Tags: new Outlook · next office version · office 2012 minimum requirements · outlook 15 system requirements

My, time sure flies doesn’t it? It seems like only last month we were preparing for Outlook 2010 and both its new goodies (and quirks), and now we’re already looking at leaked versions of Microsoft’s newest implementation, Office 15 (or 2012). This week we’ll try to make some guesses about what the new version of Outlook will bring to the table and how it will change our work style.

First of all, let me begin by restating that I’m “guesstimating” here, since no official info regarding compatibility, availability and so on has been issued by Microsoft.*

*There was, however, a post on Chris Green’s MSDN blog which put the release date of RTM Office 2012 for Monday, July 2, 2012.Then again, Office 2012 should launch a year after Windows 8, which is yet to be available.

Earlier this year a Russian site ( got its hands on build 15.0.2703.1000 (Milestone 2) and tested it out a little – even with the frequent crashes (it was a pre-alpha version after all), they were pleasantly surprised by the new version and especially by Outlook 2012. But first…

Minimum System Requirements for Office 15 (Outlook 2012)

As you may know, Microsoft has dropped support for the mainstream versions of Windows XP as of 2009 (extended support still exists up until 2014 – [source]), so now you’re left with either a Vista installation (ugh!) or the choice OS of the moment, ever on the red carpet, Windows 7. All 3 come in both 32-bit and 64-bit flavors, for all your computing requirements.

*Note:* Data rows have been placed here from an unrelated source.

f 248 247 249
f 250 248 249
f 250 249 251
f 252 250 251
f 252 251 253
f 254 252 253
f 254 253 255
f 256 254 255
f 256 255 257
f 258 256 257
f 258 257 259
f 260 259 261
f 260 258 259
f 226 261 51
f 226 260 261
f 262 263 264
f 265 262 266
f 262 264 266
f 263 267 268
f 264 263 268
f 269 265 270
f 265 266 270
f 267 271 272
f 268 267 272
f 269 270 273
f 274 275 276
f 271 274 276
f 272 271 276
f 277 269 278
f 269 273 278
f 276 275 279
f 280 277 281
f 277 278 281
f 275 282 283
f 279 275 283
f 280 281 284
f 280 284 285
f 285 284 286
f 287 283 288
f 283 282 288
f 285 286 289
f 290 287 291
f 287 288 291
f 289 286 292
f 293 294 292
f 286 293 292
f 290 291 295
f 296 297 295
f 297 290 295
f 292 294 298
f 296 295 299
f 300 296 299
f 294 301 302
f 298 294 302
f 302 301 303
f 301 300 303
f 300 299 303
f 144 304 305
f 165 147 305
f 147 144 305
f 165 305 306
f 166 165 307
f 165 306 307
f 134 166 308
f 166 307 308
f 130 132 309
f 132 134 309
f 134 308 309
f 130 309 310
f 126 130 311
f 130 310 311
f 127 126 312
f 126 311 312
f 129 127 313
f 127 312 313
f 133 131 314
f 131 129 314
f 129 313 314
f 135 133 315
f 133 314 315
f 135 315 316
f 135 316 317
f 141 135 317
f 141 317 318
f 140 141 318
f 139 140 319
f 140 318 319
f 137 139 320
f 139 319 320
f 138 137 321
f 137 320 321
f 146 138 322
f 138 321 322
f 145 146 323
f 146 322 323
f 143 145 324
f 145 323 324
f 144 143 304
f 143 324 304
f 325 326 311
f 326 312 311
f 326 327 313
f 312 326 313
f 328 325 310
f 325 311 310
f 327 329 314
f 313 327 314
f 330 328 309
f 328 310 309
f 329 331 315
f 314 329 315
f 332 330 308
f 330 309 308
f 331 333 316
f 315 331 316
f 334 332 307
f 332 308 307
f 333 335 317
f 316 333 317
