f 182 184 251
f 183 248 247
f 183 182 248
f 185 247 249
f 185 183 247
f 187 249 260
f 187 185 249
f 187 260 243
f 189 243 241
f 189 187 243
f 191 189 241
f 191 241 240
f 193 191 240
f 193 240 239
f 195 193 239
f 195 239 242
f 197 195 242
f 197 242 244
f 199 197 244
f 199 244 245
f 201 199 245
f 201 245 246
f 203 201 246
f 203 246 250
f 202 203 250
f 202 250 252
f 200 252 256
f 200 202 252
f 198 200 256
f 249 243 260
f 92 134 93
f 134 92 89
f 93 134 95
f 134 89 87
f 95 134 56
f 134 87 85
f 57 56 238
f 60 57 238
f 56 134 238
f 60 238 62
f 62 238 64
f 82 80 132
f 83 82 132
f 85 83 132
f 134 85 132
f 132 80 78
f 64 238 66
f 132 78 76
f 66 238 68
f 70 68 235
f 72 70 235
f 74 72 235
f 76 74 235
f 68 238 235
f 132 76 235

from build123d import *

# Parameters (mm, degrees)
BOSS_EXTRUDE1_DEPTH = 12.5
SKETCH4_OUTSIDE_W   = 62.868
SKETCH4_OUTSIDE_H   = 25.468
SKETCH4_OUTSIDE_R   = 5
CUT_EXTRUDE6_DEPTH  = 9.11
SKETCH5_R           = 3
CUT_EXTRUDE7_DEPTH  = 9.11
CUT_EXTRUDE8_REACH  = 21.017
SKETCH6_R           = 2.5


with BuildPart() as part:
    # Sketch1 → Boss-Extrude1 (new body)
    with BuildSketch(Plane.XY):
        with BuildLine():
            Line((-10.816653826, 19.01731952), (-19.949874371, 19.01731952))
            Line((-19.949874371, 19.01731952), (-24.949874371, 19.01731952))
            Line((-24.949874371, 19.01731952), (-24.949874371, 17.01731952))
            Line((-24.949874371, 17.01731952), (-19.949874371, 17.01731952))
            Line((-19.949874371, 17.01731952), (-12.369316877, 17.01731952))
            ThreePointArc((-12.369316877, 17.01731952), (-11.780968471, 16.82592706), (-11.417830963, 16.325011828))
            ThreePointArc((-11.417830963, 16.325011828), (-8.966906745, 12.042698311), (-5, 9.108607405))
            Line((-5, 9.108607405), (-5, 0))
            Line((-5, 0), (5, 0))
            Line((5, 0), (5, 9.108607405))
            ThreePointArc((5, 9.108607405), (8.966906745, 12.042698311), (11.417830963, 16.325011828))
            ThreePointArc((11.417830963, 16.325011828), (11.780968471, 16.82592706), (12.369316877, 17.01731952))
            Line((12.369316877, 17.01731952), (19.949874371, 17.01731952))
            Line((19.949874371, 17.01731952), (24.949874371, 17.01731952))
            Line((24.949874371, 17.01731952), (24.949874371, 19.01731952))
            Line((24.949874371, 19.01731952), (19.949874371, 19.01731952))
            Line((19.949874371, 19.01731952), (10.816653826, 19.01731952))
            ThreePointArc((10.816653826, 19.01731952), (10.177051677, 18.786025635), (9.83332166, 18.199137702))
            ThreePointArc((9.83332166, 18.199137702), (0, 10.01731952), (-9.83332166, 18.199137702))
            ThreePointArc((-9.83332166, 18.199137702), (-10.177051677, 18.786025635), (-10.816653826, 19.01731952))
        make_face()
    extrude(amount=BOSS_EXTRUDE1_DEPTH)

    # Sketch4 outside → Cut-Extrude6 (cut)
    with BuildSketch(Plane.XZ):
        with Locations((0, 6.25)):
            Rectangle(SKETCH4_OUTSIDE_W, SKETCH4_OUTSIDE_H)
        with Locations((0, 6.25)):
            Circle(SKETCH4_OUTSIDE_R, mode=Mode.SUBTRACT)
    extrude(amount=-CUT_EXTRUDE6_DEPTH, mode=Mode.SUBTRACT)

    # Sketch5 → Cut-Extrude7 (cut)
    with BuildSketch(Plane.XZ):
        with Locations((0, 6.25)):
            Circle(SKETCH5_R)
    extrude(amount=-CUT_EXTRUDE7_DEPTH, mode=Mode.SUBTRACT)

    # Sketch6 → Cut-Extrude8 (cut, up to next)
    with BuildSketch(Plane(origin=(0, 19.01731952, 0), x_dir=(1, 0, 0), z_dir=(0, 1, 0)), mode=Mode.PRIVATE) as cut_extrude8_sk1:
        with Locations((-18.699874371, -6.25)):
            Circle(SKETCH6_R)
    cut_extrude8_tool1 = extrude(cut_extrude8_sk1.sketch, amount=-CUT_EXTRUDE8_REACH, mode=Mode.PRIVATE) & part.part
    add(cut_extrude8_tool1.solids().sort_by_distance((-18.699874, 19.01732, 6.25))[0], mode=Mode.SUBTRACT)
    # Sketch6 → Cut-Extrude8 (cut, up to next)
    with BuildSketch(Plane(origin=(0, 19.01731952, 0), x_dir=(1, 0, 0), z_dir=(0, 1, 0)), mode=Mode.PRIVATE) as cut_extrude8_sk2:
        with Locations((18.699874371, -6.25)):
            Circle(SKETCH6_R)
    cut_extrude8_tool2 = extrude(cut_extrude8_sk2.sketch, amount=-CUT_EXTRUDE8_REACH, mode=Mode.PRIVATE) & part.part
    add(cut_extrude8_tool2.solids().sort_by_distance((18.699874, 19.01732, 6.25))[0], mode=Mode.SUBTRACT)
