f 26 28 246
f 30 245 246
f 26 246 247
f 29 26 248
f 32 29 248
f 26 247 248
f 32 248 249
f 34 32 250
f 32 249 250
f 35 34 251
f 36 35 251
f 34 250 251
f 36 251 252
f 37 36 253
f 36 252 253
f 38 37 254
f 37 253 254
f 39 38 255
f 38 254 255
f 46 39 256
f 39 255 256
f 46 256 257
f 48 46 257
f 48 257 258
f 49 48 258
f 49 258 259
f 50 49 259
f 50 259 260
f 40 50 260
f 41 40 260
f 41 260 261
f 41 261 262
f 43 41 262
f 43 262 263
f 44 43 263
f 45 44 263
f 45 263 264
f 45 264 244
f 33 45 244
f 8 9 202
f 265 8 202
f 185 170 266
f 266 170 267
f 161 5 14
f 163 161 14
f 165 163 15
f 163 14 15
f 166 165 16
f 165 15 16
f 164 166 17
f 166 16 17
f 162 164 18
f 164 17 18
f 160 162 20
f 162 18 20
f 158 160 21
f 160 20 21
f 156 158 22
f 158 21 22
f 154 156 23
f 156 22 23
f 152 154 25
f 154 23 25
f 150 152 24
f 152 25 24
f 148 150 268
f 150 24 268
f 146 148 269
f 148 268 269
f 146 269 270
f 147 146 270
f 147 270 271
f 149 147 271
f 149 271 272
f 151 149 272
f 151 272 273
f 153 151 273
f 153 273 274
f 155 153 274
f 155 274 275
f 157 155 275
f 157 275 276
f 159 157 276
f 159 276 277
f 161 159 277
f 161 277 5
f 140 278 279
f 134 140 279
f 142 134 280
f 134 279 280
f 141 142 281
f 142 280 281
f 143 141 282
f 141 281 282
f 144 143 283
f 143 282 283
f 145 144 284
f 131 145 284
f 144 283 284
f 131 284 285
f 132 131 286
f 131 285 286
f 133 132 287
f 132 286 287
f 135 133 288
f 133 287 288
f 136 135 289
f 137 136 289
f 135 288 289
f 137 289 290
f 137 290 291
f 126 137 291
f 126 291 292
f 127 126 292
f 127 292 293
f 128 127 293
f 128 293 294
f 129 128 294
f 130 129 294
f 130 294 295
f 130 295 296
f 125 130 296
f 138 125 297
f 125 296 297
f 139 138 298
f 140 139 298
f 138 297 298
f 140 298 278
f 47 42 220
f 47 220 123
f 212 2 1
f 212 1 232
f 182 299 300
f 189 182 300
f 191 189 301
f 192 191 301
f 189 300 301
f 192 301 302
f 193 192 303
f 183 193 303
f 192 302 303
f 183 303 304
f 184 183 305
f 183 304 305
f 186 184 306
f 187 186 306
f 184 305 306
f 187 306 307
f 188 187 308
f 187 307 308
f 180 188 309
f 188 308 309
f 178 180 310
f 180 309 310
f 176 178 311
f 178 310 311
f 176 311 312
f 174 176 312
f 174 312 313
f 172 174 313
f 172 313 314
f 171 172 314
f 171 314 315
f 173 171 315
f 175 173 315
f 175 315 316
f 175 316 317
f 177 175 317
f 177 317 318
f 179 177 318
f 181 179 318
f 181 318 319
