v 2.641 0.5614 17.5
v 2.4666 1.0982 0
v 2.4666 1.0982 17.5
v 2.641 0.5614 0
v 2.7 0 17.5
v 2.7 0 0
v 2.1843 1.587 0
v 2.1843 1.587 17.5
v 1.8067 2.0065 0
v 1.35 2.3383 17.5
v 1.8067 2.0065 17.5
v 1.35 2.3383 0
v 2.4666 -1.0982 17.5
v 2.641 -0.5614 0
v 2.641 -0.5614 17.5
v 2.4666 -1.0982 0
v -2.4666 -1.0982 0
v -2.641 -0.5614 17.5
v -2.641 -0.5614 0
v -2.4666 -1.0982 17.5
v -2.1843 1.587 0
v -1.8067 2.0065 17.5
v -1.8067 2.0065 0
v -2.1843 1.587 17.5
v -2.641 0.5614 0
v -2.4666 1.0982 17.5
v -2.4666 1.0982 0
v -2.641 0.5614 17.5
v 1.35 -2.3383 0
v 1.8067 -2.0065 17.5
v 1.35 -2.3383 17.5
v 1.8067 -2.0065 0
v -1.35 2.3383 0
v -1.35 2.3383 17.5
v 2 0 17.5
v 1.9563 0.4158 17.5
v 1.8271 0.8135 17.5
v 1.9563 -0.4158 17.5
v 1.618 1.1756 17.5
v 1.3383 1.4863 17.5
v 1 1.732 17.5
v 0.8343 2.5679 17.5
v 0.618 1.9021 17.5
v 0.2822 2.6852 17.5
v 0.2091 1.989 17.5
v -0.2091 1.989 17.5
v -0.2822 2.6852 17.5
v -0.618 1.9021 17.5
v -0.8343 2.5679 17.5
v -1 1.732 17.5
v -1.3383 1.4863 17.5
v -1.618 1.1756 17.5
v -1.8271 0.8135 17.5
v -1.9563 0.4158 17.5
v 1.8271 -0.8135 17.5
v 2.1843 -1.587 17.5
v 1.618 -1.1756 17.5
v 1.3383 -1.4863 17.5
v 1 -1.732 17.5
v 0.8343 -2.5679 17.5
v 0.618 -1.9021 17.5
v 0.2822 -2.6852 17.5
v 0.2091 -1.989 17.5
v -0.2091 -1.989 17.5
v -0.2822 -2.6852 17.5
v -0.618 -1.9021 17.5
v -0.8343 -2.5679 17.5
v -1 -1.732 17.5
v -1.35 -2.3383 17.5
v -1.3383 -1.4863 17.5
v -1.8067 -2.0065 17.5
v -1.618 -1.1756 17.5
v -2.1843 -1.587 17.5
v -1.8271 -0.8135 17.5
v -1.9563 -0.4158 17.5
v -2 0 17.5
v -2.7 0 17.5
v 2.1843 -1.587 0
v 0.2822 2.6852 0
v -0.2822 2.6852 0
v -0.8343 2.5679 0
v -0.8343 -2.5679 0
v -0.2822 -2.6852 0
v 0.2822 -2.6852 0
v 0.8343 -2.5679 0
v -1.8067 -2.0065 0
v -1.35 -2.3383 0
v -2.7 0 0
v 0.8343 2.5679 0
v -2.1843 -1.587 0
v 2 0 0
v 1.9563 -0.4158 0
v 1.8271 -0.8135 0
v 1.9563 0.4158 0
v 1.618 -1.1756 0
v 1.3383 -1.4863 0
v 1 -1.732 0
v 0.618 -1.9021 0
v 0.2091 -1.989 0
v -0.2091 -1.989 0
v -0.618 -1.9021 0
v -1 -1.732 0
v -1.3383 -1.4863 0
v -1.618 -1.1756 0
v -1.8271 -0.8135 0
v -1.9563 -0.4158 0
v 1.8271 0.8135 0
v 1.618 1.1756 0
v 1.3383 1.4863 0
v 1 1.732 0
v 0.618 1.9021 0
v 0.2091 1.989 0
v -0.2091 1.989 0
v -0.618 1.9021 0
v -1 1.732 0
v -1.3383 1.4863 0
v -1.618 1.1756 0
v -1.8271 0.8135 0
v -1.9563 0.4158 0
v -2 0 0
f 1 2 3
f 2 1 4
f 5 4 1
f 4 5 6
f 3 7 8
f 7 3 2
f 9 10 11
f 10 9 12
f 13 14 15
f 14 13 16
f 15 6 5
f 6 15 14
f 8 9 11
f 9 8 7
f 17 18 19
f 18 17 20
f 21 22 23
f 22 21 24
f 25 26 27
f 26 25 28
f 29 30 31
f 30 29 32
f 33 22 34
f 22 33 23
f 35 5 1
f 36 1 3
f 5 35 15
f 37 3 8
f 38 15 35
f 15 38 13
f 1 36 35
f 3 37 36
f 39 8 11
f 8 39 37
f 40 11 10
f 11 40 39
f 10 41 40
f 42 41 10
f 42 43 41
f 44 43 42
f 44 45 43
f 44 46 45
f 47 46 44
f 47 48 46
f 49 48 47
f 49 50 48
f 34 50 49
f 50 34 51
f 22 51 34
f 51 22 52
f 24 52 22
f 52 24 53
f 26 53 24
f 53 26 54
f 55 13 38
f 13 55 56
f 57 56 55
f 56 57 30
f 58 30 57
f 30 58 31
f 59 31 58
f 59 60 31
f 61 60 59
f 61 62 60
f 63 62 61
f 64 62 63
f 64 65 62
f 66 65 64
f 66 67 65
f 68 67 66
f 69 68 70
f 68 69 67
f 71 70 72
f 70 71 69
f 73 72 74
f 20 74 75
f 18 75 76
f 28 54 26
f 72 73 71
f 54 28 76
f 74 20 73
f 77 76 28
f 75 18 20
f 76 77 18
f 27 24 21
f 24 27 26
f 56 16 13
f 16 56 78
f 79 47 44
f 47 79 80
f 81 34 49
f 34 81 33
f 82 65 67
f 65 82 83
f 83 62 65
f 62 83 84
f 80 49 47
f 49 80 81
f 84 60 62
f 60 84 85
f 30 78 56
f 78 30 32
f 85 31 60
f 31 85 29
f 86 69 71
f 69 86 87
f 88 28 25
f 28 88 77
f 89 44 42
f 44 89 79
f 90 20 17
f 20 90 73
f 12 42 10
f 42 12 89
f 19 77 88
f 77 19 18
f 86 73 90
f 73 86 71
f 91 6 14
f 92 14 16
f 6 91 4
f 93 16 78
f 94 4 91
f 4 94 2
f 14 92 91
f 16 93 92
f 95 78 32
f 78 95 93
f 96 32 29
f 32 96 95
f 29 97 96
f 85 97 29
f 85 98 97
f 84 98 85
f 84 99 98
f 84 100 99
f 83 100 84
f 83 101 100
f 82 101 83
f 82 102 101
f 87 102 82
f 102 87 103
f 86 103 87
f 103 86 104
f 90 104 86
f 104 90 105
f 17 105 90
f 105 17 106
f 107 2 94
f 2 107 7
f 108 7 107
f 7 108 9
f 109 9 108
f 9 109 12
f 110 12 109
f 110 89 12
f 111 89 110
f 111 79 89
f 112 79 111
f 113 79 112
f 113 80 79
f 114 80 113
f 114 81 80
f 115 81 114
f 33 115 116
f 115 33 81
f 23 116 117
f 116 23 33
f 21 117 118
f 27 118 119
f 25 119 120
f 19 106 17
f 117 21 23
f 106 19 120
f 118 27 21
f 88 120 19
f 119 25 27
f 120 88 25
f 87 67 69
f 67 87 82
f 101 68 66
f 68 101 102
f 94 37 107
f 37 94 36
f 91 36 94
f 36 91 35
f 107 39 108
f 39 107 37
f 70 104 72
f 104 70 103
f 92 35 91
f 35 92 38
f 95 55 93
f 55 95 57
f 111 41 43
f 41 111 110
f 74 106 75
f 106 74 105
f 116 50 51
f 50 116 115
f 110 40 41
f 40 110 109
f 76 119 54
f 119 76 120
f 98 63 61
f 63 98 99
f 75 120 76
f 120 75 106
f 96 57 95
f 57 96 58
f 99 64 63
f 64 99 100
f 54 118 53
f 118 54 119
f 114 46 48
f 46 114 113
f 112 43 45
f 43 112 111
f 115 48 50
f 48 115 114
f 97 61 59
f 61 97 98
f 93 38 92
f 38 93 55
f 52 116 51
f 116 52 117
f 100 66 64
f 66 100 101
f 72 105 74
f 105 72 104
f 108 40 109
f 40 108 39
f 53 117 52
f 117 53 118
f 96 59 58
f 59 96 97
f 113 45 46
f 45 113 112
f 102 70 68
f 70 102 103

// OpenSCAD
difference(){
  cylinder(h=(37.5 - 20), d=4 + 1.4, $fn=30);
  translate([0, 0, -1])cylinder(h=37.5 + 2 - 20, d=4, $fn=30);
}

With this in mind, I believe that Office 2012 will still be supported under XP – there are quite a few users that are using this OS and it would be bad business for Microsoft to just disregard so many loyal customers (PCs were still sold with XP preinstalled about an year ago – [source]). Office 2012 will surely be available on the 32-bit platform, since a 64-bit/128-bit exclusive OS will not exist until Windows 9.

Now, if you’re wondering about the minimum hardware requirements, then I’ve got some good news! If your PC can run Office 2010 (or 2007 for that matter, since their requirements are the same – [source]), then you’re all set for the newer version!

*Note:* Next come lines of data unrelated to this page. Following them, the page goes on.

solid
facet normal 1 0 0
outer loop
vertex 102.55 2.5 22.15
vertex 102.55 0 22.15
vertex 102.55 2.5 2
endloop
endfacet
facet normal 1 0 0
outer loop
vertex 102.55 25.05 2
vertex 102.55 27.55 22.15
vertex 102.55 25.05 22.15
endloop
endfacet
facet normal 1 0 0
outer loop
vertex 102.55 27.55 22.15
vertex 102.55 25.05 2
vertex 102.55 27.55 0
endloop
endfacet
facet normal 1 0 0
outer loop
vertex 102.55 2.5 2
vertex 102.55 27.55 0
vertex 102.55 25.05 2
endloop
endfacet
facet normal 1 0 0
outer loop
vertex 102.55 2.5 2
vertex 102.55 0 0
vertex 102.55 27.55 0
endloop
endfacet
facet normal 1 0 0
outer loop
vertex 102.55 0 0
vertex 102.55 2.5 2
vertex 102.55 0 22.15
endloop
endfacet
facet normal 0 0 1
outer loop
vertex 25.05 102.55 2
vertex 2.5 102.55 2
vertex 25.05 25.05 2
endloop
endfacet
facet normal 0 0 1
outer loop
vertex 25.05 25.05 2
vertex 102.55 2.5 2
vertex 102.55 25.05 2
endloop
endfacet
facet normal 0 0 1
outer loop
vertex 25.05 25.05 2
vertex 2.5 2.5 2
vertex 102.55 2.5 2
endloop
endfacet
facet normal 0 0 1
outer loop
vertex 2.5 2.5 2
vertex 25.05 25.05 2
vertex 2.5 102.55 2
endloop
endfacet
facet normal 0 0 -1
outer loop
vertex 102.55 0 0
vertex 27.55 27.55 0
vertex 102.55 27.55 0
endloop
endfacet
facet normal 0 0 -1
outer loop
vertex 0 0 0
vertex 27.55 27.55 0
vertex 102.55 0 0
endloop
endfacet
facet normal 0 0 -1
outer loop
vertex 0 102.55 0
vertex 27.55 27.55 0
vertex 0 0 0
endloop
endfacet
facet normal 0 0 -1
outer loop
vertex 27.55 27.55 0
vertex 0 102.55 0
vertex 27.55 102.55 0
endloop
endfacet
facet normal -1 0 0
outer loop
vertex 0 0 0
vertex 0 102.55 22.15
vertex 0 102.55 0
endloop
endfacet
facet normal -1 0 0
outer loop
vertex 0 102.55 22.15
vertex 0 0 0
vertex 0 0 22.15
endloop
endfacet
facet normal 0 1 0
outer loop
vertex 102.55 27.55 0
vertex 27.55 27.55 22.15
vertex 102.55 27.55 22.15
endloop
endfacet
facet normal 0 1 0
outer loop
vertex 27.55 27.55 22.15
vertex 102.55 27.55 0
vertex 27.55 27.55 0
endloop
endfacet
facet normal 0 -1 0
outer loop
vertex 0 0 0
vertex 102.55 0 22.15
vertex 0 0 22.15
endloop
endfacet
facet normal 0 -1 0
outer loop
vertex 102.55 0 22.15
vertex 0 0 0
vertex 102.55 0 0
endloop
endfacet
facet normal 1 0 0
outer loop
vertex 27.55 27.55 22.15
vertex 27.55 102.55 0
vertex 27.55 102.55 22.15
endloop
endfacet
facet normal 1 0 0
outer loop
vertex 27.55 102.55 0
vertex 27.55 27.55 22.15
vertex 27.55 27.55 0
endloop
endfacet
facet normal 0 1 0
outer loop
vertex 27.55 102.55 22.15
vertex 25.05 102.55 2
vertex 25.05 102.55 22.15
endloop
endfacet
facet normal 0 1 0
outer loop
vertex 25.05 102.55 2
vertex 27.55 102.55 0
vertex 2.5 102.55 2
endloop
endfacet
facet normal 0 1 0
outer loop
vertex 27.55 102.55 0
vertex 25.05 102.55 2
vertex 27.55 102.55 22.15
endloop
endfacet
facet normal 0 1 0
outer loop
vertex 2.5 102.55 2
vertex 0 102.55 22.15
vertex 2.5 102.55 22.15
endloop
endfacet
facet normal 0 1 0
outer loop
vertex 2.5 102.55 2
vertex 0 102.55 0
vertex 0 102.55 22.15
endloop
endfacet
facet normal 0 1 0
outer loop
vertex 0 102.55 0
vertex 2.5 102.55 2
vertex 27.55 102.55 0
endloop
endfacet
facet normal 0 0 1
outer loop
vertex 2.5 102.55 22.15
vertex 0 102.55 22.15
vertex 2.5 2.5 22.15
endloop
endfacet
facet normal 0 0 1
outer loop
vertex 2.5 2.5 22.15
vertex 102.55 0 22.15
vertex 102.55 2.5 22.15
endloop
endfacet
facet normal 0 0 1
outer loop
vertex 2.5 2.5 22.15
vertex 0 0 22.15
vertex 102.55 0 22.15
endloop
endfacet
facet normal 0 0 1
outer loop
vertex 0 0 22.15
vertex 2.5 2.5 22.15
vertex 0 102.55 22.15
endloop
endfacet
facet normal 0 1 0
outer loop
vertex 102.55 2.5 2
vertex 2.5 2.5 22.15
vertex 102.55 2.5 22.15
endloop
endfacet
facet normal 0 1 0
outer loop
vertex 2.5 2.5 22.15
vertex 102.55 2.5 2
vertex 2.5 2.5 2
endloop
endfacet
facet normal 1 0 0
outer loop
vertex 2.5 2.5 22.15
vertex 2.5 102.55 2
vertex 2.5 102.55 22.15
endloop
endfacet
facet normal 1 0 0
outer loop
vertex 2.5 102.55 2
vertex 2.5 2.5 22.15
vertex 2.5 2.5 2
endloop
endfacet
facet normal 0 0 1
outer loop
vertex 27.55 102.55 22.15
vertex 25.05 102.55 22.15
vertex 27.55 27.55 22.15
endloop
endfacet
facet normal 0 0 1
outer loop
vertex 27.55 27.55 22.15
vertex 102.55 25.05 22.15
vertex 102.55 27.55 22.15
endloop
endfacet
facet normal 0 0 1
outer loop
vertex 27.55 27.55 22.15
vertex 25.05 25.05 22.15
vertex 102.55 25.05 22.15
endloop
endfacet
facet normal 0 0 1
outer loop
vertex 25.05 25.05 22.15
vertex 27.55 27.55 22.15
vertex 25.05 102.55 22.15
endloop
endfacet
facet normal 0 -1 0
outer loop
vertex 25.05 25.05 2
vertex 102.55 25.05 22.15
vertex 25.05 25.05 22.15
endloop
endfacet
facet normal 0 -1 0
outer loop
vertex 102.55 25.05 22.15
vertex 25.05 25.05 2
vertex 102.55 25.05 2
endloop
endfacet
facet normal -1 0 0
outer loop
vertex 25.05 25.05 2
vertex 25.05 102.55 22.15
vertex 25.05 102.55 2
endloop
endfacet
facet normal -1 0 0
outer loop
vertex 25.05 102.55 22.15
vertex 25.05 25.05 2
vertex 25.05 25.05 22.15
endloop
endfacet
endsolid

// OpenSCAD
// ============================================================
// Greenhouse 90° Corner Rail Brace
// Snaps onto aluminium glazing bar junction from above.
// Material: PETG recommended (UV + weather resistant).
// Print orientation: base plate face-down, no supports needed.
// ============================================================

// ---- PARAMETERS (measure your bars and adjust) -------------
bar_width     = 22.15;  // mm — glazing bar width
bar_height    = 20.15;  // mm — glazing bar profile height (wall grip depth)
arm_length    = 75;     // mm — how far each arm extends along bar
base_thick    = 2;      // mm — base plate thickness
wall_thick    = 2.5;    // mm — wall thickness
clearance     = 0.2;    // mm — press fit tolerance (increase to 0.3 for looser)

// ---- DERIVED (do not edit) ---------------------------------
chan_w  = bar_width + clearance * 2;
outer_w = chan_w + wall_thick * 2;

// ============================================================
module l_brace() {
    // L-shaped base plate
    union() {
        cube([arm_length + outer_w, outer_w, base_thick]);
        cube([outer_w, arm_length + outer_w, base_thick]);
    }

    // Outer walls — full L perimeter
    translate([0, 0, base_thick]) {
        cube([arm_length + outer_w, wall_thick, bar_height]);  // arm 1 outer
        cube([wall_thick, arm_length + outer_w, bar_height]);  // arm 2 outer
    }

    // Inner walls — arms only, open junction
    translate([outer_w, outer_w - wall_thick, base_thick])
        cube([arm_length, wall_thick, bar_height]);  // arm 1 inner

    translate([outer_w - wall_thick, outer_w, base_thick])
        cube([wall_thick, arm_length, bar_height]);  // arm 2 inner

    // Corner pillar — bridges gap between inner walls
    translate([outer_w - wall_thick, outer_w - wall_thick, base_thick])
        cube([wall_thick, wall_thick, bar_height]);
}

l_brace();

Keep in mind that as we speak, Microsoft is busy developing Windows 8, which alongside a new (or rather, improved) User Interface (the so-called Metro UI), will include many new and exciting additions and bridge the gap between mobile and desktop versions of its OS – all these on the same requirements that are currently in use for Win 7. I want to stress that when dealing with MS products, there are two types of computers:

  1. Older PCs, with 500-1000 MHz CPUs, 256/512/1024 Mb of RAM memory, hard-drives of around 20 Gb that run Windows XP;
  2. Newer PCs, with at least 1000 MHz CPUs, 1024 Mb or more RAM and larger hard-drives (40 Gb and up) that run Windows 7.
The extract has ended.